Spring. This is the time of year, even in the coldest climate, when your thoughts turn to gardens.
You may not, necessarily, spend a lot of time thinking about the work of gardening: the clearing of the spent beds, the weeding, the digging, the planting, the fertilizing, the mulching. But you do relish and long for the pleasures of being in a garden, of having plants around you. One of the few experiences left in life, that the internet cannot yet deliver.
Like watching a ground cover fill and spill off over the edges of a raised bed. Like watching a climbing rose or a passion-flower vine mount latticework, or a fence, or whatever is in its way, searching for that stray beam of sunlight between the branches. Like watching bulbs pop up from the ground with those great tissue tufts of leaves, long before the shy tulip flower peaks its nose out of its hiding place. Like discovering, with embarrassment, the grim, shriveled carcass of a tulip blossom, tucked between leaves in that pot you forgot to water. Like sadly seeing forlorn holes, left behind by eager squirrels, who, when you were not looking, snagged all the rest of your buried bulbs long before spring finally came.
These are things we watch, not like a clock, ticking minutes continuously. We glance at the garden one day, and then again the next and then again a week later, and notice little changes, a creeping, a climbing, a spreading. Behaviors that remind us that plants are, indeed, alive.
There are Gardens, and Then There are Gardens
Not all gardens are created equal. In my brief hiatus here on Earth, I have had the pleasure to view and walk about many majestic gardens. I have seen the fussy geometric crew-cut gardens bathed by fountains at Versailles; the technicolor tulip fields of Baden-Baden; the dilapidated lichened stonework and Venetian gondola stands of Viscaya; the vast acreage and aristocratic variety of the Biltmore; and most recently, the various meadow, forest and lawn landscapes, the tree houses and greenhouses, the orchid room, the palm room, and the giant lily pad ponds of Longwood.
And yet some gardens I love more than others because of the sentiment attached to them, the memories. The iron-gated garden of the Baroque bishop’s palace, the Residenz, in Wuerzburg, Germany, for instance. As a foreign exchange student, I spent many long hours wandering in it, in all types of weather. Climbing up the slippery stairs in winter, past frozen, snow-laden, scantily-clad cupids. Lounging with a cup of Frankenwein on a picnic blanket, at the base of one long slope of the garden, listening in the warm night air, as the orchestra played merry melodies from Mozart.
There is a also garden that I adore here, in my own town. It is adjacent to the river that winds through downtown , and belongs to the local art museum, the Cummer. Hurricane Irma, when she came through last year and flooded much of the downtown area, wreaked havoc on this poor garden, such that I hardly dare go back. I fear I will no longer recognize that which seemed as unchangeable as bedrock during my twenty-odd years in this town. But bedrock is hard to come by in sandy Florida.

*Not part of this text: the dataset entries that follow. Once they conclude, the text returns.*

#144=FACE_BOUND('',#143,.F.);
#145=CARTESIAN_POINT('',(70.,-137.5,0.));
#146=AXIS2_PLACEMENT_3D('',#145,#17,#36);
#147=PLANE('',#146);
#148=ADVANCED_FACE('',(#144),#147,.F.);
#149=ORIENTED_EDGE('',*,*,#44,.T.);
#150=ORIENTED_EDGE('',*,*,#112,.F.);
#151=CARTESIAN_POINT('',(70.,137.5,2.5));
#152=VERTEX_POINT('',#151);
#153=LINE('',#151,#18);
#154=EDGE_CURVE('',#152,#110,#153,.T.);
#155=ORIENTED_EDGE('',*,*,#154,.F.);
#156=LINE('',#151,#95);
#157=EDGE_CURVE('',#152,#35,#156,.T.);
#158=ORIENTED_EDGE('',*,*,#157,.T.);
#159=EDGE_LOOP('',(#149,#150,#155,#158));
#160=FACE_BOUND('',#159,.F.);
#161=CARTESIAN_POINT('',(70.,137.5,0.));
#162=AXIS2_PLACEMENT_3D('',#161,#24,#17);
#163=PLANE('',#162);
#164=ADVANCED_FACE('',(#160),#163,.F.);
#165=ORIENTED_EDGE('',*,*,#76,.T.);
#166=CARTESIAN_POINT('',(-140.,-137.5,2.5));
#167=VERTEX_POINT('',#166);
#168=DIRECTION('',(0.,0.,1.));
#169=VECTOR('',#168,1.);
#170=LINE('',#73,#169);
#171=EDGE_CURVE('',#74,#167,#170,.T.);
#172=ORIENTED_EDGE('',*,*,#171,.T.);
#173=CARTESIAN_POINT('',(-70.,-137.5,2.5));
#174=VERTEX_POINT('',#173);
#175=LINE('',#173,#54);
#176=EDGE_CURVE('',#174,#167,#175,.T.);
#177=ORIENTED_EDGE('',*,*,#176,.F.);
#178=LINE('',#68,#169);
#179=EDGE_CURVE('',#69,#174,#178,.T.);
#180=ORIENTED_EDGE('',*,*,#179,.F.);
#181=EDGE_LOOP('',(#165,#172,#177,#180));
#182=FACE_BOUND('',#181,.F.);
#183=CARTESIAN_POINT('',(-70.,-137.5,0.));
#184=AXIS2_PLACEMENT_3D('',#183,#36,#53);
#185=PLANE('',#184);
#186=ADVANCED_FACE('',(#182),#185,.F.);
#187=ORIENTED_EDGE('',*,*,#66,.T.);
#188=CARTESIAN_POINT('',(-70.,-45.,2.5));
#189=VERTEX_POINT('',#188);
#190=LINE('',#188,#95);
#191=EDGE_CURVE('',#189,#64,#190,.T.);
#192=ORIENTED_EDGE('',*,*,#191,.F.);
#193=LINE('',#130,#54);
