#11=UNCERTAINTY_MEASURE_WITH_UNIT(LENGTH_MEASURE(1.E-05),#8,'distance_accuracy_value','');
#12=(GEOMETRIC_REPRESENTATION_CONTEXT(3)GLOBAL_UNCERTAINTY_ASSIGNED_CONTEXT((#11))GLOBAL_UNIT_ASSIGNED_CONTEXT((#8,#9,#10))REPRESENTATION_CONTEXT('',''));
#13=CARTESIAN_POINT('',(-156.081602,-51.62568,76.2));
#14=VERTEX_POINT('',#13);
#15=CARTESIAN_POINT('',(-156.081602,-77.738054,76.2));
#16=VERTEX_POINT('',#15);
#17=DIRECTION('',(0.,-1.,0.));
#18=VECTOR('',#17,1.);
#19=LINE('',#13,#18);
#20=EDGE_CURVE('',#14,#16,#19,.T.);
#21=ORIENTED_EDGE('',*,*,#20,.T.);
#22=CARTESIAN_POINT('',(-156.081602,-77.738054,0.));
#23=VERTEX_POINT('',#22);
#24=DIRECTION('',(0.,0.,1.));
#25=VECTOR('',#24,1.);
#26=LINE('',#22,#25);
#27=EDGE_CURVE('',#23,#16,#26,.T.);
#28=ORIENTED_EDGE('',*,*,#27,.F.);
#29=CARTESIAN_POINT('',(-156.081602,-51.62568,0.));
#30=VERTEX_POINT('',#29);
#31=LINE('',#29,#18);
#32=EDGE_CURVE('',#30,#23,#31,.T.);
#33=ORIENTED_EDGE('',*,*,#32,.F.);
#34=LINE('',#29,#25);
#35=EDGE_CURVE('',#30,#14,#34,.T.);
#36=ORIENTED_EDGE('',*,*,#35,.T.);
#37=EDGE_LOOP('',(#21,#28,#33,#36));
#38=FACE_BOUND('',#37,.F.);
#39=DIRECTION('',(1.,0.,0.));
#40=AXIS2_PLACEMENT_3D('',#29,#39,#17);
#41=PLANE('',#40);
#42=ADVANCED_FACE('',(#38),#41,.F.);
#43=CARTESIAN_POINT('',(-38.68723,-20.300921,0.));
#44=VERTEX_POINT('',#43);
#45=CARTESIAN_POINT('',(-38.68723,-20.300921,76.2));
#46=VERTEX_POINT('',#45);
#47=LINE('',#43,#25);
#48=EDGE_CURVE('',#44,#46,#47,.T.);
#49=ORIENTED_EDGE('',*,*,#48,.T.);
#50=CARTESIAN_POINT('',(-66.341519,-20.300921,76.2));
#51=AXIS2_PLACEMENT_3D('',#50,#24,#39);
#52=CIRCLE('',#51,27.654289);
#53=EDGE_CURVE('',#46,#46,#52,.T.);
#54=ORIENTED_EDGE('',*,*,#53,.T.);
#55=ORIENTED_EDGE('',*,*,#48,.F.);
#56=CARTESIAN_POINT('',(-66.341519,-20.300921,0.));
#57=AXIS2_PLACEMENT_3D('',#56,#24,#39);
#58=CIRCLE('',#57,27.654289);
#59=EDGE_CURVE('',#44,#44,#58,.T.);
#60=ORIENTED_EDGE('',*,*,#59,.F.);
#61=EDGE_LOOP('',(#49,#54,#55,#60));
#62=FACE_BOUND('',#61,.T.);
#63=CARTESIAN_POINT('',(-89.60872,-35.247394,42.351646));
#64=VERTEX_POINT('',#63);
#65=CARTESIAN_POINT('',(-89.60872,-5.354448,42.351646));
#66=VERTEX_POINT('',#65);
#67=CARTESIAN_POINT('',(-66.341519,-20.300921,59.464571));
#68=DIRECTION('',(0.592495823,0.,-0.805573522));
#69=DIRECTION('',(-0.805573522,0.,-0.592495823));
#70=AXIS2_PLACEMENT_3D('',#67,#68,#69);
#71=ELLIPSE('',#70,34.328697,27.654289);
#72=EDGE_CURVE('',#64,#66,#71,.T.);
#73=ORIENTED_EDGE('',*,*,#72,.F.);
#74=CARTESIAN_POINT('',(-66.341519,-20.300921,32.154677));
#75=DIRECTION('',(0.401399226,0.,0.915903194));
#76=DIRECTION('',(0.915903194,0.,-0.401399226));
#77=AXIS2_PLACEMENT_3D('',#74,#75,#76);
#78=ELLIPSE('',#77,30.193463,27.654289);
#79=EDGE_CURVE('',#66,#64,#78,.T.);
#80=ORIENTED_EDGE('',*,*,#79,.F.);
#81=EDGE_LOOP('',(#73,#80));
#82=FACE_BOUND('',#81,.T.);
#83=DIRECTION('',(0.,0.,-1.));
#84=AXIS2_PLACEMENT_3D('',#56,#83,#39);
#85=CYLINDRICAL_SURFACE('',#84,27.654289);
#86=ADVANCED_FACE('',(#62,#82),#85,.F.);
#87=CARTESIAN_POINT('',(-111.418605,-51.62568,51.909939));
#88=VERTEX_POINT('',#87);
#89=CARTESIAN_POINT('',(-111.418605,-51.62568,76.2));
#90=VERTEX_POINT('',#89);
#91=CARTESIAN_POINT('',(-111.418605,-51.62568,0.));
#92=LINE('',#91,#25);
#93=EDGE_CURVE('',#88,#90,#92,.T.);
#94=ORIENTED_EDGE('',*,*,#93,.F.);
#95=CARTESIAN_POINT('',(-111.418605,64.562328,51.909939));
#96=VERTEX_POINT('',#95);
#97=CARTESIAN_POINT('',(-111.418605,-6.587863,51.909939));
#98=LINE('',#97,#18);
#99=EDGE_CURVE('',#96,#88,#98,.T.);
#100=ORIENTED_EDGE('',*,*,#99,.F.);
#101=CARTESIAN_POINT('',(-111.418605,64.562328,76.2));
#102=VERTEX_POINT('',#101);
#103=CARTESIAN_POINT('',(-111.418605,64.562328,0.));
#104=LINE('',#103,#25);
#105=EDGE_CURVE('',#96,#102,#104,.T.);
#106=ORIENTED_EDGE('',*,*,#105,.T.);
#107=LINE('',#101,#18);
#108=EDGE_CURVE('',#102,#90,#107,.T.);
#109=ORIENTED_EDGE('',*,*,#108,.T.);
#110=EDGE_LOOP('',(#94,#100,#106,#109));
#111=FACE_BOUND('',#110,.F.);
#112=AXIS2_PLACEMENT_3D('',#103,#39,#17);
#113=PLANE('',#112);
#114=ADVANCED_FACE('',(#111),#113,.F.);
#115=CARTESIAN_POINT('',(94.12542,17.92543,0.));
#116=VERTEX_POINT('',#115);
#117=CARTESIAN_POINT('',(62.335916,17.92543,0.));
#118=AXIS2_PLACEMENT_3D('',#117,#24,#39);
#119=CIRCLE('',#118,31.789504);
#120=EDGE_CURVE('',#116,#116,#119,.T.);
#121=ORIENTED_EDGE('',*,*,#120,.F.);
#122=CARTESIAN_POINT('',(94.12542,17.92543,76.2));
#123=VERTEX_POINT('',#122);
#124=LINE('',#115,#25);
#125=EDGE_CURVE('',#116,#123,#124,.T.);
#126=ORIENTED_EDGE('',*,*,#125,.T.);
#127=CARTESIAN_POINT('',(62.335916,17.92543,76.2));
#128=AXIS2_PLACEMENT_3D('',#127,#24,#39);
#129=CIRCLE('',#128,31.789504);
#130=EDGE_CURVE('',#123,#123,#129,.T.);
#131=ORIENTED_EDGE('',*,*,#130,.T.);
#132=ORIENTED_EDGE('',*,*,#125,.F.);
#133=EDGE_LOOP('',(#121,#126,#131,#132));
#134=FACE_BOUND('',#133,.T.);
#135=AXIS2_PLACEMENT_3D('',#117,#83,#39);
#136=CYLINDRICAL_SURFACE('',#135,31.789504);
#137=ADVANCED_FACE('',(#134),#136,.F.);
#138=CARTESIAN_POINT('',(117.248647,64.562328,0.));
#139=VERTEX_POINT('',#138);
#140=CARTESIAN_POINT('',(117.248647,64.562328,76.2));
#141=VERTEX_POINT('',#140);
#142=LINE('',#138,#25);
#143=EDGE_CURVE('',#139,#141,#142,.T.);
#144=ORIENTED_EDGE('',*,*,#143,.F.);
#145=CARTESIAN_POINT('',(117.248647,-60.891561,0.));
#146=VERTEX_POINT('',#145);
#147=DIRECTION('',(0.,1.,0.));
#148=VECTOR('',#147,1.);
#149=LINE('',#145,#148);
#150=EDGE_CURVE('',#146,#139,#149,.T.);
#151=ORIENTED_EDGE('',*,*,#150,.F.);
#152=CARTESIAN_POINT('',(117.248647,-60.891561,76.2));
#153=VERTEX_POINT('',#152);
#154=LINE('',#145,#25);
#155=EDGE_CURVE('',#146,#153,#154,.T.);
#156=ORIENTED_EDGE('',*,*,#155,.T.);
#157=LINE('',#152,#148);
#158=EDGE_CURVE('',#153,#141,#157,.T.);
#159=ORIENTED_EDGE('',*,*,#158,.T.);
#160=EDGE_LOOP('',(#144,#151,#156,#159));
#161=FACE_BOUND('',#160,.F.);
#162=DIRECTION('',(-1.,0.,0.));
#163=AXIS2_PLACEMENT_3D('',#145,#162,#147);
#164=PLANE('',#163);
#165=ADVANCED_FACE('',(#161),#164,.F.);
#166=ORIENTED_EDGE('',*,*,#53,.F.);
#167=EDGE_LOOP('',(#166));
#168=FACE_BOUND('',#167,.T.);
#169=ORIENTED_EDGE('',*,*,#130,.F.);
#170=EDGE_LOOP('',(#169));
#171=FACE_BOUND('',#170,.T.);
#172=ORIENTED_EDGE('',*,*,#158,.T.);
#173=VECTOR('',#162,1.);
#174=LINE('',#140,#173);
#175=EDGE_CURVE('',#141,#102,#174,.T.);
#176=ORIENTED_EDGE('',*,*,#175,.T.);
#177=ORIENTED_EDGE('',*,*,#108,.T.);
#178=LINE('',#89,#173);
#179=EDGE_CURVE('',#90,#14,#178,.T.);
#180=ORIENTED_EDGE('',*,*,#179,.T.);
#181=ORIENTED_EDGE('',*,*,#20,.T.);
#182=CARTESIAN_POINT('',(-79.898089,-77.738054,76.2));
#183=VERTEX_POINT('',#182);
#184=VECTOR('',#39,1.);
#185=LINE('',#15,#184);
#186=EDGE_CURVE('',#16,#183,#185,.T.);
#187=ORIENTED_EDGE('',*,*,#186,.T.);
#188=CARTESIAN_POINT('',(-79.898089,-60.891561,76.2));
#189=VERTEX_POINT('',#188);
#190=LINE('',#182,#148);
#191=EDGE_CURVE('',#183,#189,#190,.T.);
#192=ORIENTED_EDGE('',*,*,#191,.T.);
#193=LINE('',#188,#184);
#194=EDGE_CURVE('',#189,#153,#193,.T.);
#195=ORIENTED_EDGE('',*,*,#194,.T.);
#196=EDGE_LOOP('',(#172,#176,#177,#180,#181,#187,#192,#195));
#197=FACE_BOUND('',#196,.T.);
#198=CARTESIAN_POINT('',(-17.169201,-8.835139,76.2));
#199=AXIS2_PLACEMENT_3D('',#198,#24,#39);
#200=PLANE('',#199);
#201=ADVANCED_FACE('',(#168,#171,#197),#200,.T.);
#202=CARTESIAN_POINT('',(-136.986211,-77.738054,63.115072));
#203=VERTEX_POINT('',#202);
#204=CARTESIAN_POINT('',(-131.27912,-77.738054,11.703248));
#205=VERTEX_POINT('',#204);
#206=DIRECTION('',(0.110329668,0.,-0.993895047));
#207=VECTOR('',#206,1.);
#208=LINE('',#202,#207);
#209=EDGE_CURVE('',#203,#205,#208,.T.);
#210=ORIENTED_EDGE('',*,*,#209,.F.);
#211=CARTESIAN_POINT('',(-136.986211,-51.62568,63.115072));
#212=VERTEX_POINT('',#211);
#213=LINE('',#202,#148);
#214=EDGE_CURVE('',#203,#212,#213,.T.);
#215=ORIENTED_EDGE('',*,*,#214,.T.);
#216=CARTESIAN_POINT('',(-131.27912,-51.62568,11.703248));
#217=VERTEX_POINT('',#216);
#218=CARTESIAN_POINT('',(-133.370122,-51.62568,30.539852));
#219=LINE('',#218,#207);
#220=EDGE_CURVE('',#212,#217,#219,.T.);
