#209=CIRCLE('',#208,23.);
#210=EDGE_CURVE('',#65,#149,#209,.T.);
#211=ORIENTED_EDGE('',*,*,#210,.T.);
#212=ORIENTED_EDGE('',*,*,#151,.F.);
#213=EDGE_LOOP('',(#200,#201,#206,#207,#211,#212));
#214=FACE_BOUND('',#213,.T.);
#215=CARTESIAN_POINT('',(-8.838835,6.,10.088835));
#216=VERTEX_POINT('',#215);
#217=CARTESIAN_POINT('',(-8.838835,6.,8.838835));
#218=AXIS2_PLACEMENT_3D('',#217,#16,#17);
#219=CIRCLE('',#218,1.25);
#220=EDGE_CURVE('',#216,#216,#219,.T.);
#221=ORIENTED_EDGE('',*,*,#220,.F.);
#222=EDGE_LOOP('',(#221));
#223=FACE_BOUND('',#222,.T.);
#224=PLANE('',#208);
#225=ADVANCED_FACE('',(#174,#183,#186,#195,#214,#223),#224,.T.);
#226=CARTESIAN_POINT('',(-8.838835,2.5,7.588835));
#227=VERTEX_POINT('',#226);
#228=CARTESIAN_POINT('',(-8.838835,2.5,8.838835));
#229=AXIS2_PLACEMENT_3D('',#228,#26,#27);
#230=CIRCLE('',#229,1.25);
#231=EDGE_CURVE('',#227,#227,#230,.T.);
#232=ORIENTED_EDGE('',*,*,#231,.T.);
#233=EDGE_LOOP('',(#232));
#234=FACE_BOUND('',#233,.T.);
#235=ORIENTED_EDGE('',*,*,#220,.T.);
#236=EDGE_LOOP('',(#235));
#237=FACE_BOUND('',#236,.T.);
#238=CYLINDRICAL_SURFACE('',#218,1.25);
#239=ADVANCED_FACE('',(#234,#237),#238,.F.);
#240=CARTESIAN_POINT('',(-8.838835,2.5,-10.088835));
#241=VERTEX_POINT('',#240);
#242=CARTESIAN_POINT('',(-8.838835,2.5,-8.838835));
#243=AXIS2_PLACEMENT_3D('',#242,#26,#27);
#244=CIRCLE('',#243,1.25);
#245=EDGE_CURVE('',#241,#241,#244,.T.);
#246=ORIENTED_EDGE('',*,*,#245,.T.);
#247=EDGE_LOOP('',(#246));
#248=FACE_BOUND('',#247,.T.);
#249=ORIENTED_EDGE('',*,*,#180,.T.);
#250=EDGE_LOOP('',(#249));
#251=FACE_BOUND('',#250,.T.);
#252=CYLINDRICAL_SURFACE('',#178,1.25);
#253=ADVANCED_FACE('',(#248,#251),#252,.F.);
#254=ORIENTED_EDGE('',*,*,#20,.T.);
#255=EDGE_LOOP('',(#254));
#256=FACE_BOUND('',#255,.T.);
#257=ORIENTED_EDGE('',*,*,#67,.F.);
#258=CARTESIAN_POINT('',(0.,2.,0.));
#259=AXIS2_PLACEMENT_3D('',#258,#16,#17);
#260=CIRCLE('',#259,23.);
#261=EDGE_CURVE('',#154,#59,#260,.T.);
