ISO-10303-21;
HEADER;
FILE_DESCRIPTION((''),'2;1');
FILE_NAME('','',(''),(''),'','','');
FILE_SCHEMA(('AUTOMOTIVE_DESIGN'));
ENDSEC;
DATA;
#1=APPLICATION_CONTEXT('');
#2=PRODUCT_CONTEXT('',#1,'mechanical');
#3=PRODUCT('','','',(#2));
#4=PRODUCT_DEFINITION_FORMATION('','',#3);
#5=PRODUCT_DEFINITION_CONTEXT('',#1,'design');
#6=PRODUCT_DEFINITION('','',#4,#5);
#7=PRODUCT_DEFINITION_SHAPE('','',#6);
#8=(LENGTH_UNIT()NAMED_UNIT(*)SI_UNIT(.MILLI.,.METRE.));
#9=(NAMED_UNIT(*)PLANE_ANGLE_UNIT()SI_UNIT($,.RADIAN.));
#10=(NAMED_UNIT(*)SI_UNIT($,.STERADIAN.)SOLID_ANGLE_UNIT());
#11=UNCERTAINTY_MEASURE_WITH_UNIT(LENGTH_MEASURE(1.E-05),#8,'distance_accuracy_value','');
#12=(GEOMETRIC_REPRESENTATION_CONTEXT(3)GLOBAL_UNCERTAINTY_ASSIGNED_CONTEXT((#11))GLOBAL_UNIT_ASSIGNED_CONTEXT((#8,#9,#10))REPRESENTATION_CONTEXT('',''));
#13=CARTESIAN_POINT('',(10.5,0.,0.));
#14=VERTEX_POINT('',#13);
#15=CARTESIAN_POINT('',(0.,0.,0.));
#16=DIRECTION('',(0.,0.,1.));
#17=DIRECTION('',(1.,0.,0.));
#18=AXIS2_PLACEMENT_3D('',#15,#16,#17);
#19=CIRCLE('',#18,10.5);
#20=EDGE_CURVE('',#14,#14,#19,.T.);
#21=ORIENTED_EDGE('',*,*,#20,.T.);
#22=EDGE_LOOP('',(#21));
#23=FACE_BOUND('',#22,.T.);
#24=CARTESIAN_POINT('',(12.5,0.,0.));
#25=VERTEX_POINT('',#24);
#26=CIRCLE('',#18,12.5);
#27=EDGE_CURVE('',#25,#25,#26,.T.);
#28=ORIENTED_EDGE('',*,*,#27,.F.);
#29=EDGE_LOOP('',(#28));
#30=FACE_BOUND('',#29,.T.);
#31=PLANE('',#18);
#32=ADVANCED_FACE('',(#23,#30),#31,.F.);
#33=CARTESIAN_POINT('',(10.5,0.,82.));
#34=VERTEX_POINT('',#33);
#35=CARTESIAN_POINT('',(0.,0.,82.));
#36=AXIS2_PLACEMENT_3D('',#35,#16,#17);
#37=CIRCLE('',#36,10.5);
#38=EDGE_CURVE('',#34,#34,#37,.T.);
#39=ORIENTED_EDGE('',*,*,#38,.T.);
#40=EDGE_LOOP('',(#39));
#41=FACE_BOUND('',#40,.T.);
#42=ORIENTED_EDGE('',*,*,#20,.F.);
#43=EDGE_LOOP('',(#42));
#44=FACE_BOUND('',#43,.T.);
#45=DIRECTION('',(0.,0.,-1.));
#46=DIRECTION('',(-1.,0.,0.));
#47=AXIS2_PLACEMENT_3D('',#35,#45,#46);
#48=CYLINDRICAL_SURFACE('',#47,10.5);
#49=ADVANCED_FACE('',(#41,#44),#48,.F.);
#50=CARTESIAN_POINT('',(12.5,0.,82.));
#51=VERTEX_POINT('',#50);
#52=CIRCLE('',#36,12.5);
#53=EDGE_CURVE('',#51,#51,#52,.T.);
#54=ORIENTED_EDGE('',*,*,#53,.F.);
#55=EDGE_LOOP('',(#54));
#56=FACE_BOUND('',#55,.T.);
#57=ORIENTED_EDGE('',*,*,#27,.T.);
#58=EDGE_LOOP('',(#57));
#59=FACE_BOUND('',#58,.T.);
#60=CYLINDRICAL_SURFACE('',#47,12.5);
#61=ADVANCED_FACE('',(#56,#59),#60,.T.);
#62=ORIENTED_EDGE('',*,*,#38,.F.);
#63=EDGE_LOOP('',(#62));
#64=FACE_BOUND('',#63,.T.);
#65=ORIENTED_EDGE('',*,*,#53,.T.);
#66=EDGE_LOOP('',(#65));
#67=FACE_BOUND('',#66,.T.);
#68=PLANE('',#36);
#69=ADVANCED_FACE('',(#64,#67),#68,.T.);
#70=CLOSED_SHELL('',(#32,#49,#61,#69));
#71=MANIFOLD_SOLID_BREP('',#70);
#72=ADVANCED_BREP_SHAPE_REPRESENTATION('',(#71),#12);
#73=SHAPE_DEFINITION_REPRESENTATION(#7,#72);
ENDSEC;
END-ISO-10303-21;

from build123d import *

# Parameters (mm, degrees)
SCHIZZO1_R                   = 12.5
SCHIZZO1_R_2                 = 10.5
ESTRUSIONE_ESTRUSIONE1_DEPTH = 82


with BuildPart() as part:
    # Schizzo1 → Estrusione-Estrusione1 (new body)
    with BuildSketch(Plane.XY):
        Circle(SCHIZZO1_R)
        Circle(SCHIZZO1_R_2, mode=Mode.SUBTRACT)
    extrude(amount=ESTRUSIONE_ESTRUSIONE1_DEPTH)


solid = part.part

The Cummer garden that I remember opened up from the back of the museum with great glass walls. A series of steps, wide and semicircular, spilled forth from the glass doors and, level after level, paths would lead you down over moss-nibbled steps to the edge of the river, which always seemed to come up almost to your toes. The constant lap of the water against the base of the concrete “turned” banister helped stifle the sound of traffic over the freeway, off to the left, down the river. But without that modern sound, one could easily imagine that it was the 1920’s again, and this was simply the garden of the woman who owned the house, and she had invited you over for dinner.
The Cummer garden I recall was full of sweet little hideaways. It had concrete benches throughout, but in particular, two concrete benches with high backs, slightly overgrown with moss, facing one another, and overlooking the rightmost stretch of garden, when facing the river. This side of the garden contained a fountain in the shape of a little cupid, relieving himself. There was a loping corridor along the river, roofed and sided with wisteria, which is now blooming. Wisteria grows miraculously fast, so that when its grapey blooms are spent, it transforms itself into an architecture of knobby vines that block the sunlight and make the sticky summer months more bearable for those protected by it.
At each end of the garden presided a tiled alcove fountain, and off to the left of the garden, in the riverside corner, was a bewildering gated chamber, a wrought iron door on a brick chamber the size of a small closet. What this enclosure was for no one knews. At least no one I knew knew. It was a source of endless speculation. Parallel to this left wall, looking again toward the river, was a lovely set of long shimmering gazing pools. And, always, you would find a handy set of watercolors nearby, should you feel so inspired.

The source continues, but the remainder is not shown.